• RECORDS FOR THE EXERCISE:
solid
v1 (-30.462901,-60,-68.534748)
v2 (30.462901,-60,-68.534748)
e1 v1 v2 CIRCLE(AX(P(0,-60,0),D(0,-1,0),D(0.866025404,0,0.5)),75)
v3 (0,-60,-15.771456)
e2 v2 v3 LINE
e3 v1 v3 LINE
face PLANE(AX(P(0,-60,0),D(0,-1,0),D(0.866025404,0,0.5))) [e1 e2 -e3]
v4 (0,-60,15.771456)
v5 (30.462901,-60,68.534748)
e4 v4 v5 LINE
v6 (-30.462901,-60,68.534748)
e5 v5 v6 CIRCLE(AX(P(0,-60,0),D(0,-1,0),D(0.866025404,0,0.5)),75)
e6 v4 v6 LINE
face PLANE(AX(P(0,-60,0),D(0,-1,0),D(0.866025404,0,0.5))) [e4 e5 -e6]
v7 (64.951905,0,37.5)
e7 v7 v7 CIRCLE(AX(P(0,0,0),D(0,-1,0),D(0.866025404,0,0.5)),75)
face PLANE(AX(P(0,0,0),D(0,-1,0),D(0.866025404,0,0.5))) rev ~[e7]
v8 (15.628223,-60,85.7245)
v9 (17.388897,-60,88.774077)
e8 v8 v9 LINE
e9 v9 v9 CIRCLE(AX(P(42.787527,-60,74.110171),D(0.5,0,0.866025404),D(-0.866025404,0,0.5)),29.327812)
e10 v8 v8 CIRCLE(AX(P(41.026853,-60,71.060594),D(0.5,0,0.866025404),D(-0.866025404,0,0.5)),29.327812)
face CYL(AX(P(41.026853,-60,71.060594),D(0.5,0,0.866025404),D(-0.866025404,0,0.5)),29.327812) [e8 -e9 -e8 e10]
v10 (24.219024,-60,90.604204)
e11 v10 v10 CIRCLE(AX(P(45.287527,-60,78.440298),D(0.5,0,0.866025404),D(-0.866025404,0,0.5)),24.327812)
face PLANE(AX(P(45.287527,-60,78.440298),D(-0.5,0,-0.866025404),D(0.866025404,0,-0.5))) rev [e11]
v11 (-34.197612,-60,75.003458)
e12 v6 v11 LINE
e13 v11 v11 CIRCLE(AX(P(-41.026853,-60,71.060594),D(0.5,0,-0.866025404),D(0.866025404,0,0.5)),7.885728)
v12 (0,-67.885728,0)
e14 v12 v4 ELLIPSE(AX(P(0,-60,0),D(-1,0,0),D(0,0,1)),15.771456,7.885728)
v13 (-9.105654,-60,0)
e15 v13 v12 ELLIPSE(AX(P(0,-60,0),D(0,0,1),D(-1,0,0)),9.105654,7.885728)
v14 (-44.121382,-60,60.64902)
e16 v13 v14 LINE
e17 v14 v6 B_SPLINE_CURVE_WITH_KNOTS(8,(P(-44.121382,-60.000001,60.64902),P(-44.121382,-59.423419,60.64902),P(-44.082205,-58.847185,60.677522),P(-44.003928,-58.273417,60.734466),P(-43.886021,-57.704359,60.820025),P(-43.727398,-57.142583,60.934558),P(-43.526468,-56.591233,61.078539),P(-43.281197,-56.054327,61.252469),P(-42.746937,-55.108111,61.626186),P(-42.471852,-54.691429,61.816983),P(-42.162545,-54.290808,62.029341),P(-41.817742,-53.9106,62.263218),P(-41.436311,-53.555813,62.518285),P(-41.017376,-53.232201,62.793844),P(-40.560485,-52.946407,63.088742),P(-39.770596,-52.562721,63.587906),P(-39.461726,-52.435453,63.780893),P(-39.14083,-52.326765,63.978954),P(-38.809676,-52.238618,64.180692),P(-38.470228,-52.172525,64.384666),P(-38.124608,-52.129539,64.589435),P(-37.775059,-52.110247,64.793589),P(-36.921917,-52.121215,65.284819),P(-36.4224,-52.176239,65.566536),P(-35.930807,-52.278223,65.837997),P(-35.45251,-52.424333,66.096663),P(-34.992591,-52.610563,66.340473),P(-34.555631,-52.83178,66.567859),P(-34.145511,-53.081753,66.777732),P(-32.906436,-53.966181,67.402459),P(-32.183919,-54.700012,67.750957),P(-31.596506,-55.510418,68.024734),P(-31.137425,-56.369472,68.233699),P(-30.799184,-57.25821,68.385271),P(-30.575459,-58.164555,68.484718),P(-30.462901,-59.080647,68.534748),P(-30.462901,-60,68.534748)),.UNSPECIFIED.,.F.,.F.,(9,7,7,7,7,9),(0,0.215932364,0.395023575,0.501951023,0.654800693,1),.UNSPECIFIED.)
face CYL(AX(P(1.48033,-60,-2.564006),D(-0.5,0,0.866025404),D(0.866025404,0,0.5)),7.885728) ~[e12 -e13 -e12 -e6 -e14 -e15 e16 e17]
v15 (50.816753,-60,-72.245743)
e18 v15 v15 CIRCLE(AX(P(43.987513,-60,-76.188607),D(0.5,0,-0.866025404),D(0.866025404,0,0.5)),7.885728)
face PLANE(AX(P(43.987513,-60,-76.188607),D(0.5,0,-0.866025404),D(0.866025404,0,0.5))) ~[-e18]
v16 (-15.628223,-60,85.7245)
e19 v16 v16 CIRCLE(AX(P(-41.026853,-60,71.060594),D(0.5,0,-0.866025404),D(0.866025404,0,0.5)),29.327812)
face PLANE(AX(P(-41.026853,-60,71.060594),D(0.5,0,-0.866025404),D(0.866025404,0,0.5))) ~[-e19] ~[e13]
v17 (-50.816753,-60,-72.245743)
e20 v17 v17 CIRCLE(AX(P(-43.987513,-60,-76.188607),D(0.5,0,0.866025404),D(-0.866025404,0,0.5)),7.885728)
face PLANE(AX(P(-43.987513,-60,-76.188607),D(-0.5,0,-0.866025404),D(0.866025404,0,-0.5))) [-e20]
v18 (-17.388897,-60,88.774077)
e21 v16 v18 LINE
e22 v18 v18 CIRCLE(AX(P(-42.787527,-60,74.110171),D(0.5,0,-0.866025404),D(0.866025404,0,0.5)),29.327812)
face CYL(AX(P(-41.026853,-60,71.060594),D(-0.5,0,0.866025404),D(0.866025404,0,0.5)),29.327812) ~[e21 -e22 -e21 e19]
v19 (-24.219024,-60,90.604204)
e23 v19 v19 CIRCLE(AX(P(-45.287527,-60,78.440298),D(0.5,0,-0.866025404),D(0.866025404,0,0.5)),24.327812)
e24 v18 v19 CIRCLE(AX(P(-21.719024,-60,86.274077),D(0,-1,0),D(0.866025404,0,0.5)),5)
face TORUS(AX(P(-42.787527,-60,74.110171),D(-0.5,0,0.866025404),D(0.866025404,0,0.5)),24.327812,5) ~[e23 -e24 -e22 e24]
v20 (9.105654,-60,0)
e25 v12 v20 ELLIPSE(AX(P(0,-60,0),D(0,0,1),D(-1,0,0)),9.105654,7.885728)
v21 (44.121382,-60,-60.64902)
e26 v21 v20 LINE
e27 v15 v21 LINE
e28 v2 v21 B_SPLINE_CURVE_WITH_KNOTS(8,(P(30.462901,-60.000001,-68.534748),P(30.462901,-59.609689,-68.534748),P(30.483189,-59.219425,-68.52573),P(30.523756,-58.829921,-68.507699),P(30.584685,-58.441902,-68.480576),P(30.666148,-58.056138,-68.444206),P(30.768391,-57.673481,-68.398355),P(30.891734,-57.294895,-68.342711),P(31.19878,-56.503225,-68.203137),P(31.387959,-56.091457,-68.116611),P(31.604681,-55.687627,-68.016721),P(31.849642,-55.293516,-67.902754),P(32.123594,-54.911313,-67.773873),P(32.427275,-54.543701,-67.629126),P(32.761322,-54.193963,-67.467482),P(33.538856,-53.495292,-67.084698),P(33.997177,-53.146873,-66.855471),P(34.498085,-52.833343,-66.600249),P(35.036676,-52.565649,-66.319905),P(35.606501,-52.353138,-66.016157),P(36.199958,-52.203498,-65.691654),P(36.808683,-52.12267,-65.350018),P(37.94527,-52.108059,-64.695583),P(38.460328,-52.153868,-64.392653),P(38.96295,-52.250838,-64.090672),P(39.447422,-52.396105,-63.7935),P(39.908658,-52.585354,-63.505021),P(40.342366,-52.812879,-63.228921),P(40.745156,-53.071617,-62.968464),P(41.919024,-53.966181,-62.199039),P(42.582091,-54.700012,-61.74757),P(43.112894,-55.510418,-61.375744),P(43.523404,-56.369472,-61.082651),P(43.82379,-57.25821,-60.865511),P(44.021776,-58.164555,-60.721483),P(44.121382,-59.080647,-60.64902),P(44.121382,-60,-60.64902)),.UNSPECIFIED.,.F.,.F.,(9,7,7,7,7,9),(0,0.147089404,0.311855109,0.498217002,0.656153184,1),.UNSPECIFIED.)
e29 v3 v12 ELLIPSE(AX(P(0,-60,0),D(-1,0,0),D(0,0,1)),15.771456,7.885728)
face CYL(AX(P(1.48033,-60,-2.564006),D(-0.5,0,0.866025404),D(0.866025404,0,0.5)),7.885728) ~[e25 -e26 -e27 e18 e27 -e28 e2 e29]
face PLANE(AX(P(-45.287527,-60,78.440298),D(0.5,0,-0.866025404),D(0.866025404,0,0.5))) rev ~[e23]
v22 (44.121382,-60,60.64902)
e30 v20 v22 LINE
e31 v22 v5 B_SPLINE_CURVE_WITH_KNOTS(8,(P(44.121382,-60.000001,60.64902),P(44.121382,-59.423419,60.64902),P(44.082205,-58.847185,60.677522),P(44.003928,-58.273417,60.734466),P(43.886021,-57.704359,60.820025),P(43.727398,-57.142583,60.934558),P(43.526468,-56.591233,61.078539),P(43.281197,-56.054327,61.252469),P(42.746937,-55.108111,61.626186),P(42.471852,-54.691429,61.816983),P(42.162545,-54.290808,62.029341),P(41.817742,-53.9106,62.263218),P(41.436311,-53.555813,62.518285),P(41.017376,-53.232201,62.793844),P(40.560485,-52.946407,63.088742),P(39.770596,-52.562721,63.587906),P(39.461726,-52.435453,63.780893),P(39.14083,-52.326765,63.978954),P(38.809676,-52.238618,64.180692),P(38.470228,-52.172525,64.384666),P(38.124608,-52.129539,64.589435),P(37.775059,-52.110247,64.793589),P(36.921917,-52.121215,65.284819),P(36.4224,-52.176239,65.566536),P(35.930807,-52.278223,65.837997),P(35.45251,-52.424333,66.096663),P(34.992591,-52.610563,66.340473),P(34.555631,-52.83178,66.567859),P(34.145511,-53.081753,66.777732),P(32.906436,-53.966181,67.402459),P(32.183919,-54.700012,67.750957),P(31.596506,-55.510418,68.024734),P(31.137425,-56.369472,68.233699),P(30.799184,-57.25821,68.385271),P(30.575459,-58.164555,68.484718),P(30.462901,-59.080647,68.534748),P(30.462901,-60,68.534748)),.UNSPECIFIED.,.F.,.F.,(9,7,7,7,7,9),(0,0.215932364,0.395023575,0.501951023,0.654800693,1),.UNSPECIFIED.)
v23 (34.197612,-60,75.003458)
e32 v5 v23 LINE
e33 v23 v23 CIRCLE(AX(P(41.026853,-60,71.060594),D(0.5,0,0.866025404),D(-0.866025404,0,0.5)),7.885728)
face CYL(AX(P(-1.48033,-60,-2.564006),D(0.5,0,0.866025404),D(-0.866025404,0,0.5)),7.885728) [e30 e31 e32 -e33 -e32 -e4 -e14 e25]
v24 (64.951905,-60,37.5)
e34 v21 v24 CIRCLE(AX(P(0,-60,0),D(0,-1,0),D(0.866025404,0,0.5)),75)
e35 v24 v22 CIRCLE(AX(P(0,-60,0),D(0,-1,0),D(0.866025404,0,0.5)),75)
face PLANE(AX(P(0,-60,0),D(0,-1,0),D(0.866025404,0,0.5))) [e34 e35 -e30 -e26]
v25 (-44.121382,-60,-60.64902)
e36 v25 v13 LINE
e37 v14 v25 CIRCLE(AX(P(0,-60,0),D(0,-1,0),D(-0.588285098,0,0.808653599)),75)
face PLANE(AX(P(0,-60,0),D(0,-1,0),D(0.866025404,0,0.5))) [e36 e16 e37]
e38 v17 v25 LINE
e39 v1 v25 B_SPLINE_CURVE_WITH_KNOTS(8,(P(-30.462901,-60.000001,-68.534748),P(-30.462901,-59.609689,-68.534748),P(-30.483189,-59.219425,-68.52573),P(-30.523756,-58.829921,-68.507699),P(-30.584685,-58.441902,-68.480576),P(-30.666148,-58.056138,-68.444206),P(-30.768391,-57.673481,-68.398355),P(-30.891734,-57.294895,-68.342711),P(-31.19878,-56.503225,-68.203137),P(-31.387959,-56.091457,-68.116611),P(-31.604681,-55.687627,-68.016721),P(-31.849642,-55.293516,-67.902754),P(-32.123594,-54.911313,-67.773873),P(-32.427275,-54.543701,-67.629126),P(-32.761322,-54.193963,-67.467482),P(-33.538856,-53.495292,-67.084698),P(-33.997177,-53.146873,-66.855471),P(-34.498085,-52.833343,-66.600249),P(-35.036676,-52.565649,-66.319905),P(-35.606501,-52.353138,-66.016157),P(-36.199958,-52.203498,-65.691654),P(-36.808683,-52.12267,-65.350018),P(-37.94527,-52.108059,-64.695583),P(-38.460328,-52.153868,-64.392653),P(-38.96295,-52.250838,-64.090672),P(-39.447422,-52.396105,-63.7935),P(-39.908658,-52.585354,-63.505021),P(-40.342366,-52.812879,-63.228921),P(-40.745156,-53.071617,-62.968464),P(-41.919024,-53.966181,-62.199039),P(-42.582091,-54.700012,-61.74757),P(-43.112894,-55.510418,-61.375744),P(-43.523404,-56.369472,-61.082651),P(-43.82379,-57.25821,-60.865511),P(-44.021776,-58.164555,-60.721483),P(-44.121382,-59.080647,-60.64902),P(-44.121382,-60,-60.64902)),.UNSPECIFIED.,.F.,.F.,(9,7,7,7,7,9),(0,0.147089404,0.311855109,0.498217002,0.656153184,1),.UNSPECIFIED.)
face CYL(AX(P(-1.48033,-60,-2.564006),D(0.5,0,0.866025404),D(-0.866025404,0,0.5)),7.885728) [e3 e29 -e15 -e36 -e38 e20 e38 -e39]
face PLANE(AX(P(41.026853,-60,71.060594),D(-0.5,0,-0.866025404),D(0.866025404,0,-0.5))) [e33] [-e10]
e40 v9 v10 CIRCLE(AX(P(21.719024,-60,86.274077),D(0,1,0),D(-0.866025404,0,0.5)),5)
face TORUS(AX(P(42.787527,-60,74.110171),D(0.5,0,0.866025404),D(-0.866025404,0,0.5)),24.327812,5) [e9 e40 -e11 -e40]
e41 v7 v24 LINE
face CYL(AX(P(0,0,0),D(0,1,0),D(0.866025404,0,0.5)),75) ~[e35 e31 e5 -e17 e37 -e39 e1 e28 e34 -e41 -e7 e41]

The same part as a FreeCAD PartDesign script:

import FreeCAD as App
import Part
import Sketcher
from FreeCAD import Vector


def edges_at(feature, points):
    """Names of the edges that pass closest to the given points."""
    edges = feature.Shape.Edges
    near = lambda p: min(range(len(edges)), key=lambda i: edges[i].distToShape(Part.Vertex(*p))[0])
    return sorted({f"Edge{near(p) + 1}" for p in points})


def add_polygon(sketch, points):
    """Adds a closed chain of lines whose ends are joined by coincident constraints."""
    first, n = sketch.GeometryCount, len(points)
    for a, b in zip(points, points[1:] + points[:1]):
        sketch.addGeometry(Part.LineSegment(App.Vector(*a, 0), App.Vector(*b, 0)), False)
    for i in range(n):
        sketch.addConstraint(Sketcher.Constraint("Coincident", first + i, 2, first + (i + 1) % n, 1))

doc = App.newDocument("Part")
body = doc.addObject("PartDesign::Body", "Body")

# Sketch on XZ plane
sketch1 = body.newObject("Sketcher::SketchObject", "Sketch")
sketch1.AttachmentSupport = (doc.getObject("XZ_Plane"), [""])
sketch1.MapMode = "FlatFace"
sketch1.addGeometry(Part.Circle(Vector(0, 0, 0), Vector(0, 0, 1), 75), False)
sketch1.addConstraint(Sketcher.Constraint("Coincident", 0, 3, -1, 1))
sketch1.addConstraint(Sketcher.Constraint("Diameter", 0, 150.0))
pad1 = body.newObject("PartDesign::Pad", "Pad")
pad1.Profile = sketch1
pad1.Length = 60

# Sketch on XZ plane
sketch2 = body.newObject("Sketcher::SketchObject", "Sketch001")
sketch2.AttachmentSupport = (doc.getObject("XZ_Plane"), [""])
sketch2.MapMode = "FlatFace"
sketch2.AttachmentOffset = App.Placement(Vector(0, 0, 60), App.Rotation())
add_polygon(sketch2, [(0, 91), (0, -88), (8, -88), (8, 82), (29, 82), (29, 91)])  # lines 0-5
sketch2.addConstraint(Sketcher.Constraint("Vertical", 0))
sketch2.addConstraint(Sketcher.Constraint("Horizontal", 1))
sketch2.addConstraint(Sketcher.Constraint("Vertical", 2))
sketch2.addConstraint(Sketcher.Constraint("Horizontal", 3))
sketch2.addConstraint(Sketcher.Constraint("Vertical", 4))
sketch2.addConstraint(Sketcher.Constraint("Horizontal", 5))
sketch2.addConstraint(Sketcher.Constraint("PointOnObject", 0, 2, -2))
sketch2.addConstraint(Sketcher.Constraint("DistanceX", 1, 1, 1, 2, 7.885728))
sketch2.addConstraint(Sketcher.Constraint("DistanceX", 5, 2, 5, 1, 29.327812))
sketch2.addConstraint(Sketcher.Constraint("DistanceY", 0, 2, 0, 1, 178.550079))
sketch2.addConstraint(Sketcher.Constraint("DistanceY", 2, 1, 2, 2, 170.028731))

• BRIEF:
Your answer should be each line from the entries that includes the string "ELLIPSE".

• ANSWER BELOW:
e14 v12 v4 ELLIPSE(AX(P(0,-60,0),D(-1,0,0),D(0,0,1)),15.771456,7.885728)
e15 v13 v12 ELLIPSE(AX(P(0,-60,0),D(0,0,1),D(-1,0,0)),9.105654,7.885728)
e25 v12 v20 ELLIPSE(AX(P(0,-60,0),D(0,0,1),D(-1,0,0)),9.105654,7.885728)
e29 v3 v12 ELLIPSE(AX(P(0,-60,0),D(-1,0,0),D(0,0,1)),15.771456,7.885728)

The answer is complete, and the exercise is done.